I have had such a fantastic week. And today was such a stupendous day. I had a post all written out about it. But I have shelved it for tomorrow. Because today, I want to give this day to the people it belong to, and celebrate it wholeheartedly.
This was the highpoint of today. I spent a good hour madly refreshing the news on the minute. I shocked myself with how emotional I felt, when the news the verdict eventually came in. For the first time in nearly 5 years I felt a sense of belonging with this country, spurred entirely by a mild feeling of hope that truth will prevail and the fascists will not have it all their way.
What a powerful statement. What a resounding, thumping win for reason and humanity, and above all else, love. What an absolute slap in the face of the current government this has been. I feel incredible to be alive to witness this.
As I read the statements that rolled in, I choked and teared up a little, imagining what a struggle and an uphill and constant battle this has been. And over something so utterly basic?

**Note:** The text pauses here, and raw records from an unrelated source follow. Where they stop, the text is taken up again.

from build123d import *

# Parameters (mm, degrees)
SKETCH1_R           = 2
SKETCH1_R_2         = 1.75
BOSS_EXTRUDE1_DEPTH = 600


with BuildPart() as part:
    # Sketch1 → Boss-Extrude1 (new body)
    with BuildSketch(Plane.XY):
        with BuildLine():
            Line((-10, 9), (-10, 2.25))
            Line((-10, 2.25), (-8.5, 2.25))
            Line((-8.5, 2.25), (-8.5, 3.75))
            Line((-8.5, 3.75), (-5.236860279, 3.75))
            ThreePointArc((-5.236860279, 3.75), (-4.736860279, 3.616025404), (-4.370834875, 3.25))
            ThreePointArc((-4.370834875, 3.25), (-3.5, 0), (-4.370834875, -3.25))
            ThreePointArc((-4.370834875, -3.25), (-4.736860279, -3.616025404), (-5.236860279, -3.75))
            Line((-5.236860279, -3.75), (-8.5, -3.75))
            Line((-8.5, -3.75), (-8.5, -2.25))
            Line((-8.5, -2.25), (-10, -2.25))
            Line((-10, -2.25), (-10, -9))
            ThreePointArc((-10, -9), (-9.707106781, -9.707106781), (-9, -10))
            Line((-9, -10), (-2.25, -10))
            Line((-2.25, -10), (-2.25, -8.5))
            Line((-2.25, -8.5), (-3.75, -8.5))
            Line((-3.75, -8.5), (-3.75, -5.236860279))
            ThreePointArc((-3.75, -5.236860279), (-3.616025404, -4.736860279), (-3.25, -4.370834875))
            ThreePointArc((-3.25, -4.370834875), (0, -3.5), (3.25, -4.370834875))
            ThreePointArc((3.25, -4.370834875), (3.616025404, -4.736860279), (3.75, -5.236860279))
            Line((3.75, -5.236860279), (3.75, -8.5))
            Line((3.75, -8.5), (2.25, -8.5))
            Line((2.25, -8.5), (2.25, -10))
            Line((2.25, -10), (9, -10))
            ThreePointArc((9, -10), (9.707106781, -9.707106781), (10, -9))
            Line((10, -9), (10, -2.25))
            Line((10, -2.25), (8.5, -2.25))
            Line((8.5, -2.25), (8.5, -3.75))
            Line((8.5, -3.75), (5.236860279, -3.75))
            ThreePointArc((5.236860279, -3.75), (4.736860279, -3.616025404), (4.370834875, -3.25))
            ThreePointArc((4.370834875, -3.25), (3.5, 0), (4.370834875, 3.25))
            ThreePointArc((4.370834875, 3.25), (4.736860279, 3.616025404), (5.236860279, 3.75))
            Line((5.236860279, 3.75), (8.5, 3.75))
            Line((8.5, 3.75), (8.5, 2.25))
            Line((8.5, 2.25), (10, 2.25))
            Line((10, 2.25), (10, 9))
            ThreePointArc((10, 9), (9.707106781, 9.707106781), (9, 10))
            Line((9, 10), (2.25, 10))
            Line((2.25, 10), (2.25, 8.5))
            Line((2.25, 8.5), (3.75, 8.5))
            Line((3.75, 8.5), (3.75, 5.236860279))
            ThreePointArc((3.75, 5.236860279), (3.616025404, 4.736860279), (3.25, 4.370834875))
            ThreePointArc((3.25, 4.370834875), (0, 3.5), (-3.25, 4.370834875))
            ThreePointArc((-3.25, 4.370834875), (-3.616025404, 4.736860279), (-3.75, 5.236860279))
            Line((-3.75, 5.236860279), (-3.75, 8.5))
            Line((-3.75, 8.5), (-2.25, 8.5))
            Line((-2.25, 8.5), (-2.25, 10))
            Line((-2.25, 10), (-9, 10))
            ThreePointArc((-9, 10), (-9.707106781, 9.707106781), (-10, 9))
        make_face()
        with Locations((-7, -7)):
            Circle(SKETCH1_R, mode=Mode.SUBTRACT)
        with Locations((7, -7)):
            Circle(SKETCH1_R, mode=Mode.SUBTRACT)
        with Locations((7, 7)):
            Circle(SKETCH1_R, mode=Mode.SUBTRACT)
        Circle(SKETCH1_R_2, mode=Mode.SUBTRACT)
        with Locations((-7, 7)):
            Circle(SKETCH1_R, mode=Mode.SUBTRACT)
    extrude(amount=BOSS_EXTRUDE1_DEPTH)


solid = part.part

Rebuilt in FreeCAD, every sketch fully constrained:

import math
import FreeCAD as App
import Part
import Sketcher
from FreeCAD import Vector

doc = App.newDocument("Part")
body = doc.addObject("PartDesign::Body", "Body")

sketch1 = body.newObject("Sketcher::SketchObject", "Sketch")
sketch1.AttachmentSupport = (doc.getObject("XY_Plane"), [""])
sketch1.MapMode = "FlatFace"
sketch1.addGeometry(Part.LineSegment(Vector(-10, 9, 0), Vector(-10, 2.25, 0)), False)
sketch1.addGeometry(Part.LineSegment(Vector(-10, 2.25, 0), Vector(-8.5, 2.25, 0)), False)
sketch1.addGeometry(Part.LineSegment(Vector(-8.5, 2.25, 0), Vector(-8.5, 3.75, 0)), False)
sketch1.addGeometry(Part.LineSegment(Vector(-8.5, 3.75, 0), Vector(-5.23686, 3.75, 0)), False)
sketch1.addGeometry(Part.ArcOfCircle(Part.Circle(Vector(-5.23686, 2.75, 0), Vector(0, 0, 1), 1), math.radians(30), math.radians(90)), False)
sketch1.addGeometry(Part.ArcOfCircle(Part.Circle(Vector(-10, 0, 0), Vector(0, 0, 1), 6.5), math.radians(-30), math.radians(30)), False)
sketch1.addGeometry(Part.ArcOfCircle(Part.Circle(Vector(-5.23686, -2.75, 0), Vector(0, 0, 1), 1), math.radians(-90), math.radians(-30)), False)
sketch1.addGeometry(Part.LineSegment(Vector(-5.23686, -3.75, 0), Vector(-8.5, -3.75, 0)), False)
sketch1.addGeometry(Part.LineSegment(Vector(-8.5, -3.75, 0), Vector(-8.5, -2.25, 0)), False)
sketch1.addGeometry(Part.LineSegment(Vector(-8.5, -2.25, 0), Vector(-10, -2.25, 0)), False)
sketch1.addGeometry(Part.LineSegment(Vector(-10, -2.25, 0), Vector(-10, -9, 0)), False)
sketch1.addGeometry(Part.ArcOfCircle(Part.Circle(Vector(-9, -9, 0), Vector(0, 0, 1), 1), math.radians(-180), math.radians(-90)), False)
sketch1.addGeometry(Part.LineSegment(Vector(-9, -10, 0), Vector(-2.25, -10, 0)), False)
sketch1.addGeometry(Part.LineSegment(Vector(-2.25, -10, 0), Vector(-2.25, -8.5, 0)), False)
sketch1.addGeometry(Part.LineSegment(Vector(-2.25, -8.5, 0), Vector(-3.75, -8.5, 0)), False)
sketch1.addGeometry(Part.LineSegment(Vector(-3.75, -8.5, 0), Vector(-3.75, -5.23686, 0)), False)
sketch1.addGeometry(Part.ArcOfCircle(Part.Circle(Vector(-2.75, -5.23686, 0), Vector(0, 0, 1), 1), math.radians(120), math.radians(180)), False)
sketch1.addGeometry(Part.ArcOfCircle(Part.Circle(Vector(0, -10, 0), Vector(0, 0, 1), 6.5), math.radians(60), math.radians(120)), False)
sketch1.addGeometry(Part.ArcOfCircle(Part.Circle(Vector(2.75, -5.23686, 0), Vector(0, 0, 1), 1), math.radians(0), math.radians(60)), False)
sketch1.addGeometry(Part.LineSegment(Vector(3.75, -5.23686, 0), Vector(3.75, -8.5, 0)), False)
sketch1.addGeometry(Part.LineSegment(Vector(3.75, -8.5, 0), Vector(2.25, -8.5, 0)), False)
sketch1.addGeometry(Part.LineSegment(Vector(2.25, -8.5, 0), Vector(2.25, -10, 0)), False)
sketch1.addGeometry(Part.LineSegment(Vector(2.25, -10, 0), Vector(9, -10, 0)), False)
sketch1.addGeometry(Part.ArcOfCircle(Part.Circle(Vector(9, -9, 0), Vector(0, 0, 1), 1), math.radians(-90), math.radians(0)), False)
sketch1.addGeometry(Part.LineSegment(Vector(10, -9, 0), Vector(10, -2.25, 0)), False)
sketch1.addGeometry(Part.LineSegment(Vector(10, -2.25, 0), Vector(8.5, -2.25, 0)), False)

I’ve been thinking about what Arun Shourie said in the video I linked up yesterday, about how we have been slowly accustomed to a new normal. Like frogs tricked into a slow death, in a slowly boiling pot of water, we’ve lost the will to react and jump out and back to our senses. I realised today that the bar is set so damn low, that a victory for something as basic as the right to love, has come as such a massive victory. This should have been basic. It should have been a non negotiable.
But here we are. Love is love.
What a day.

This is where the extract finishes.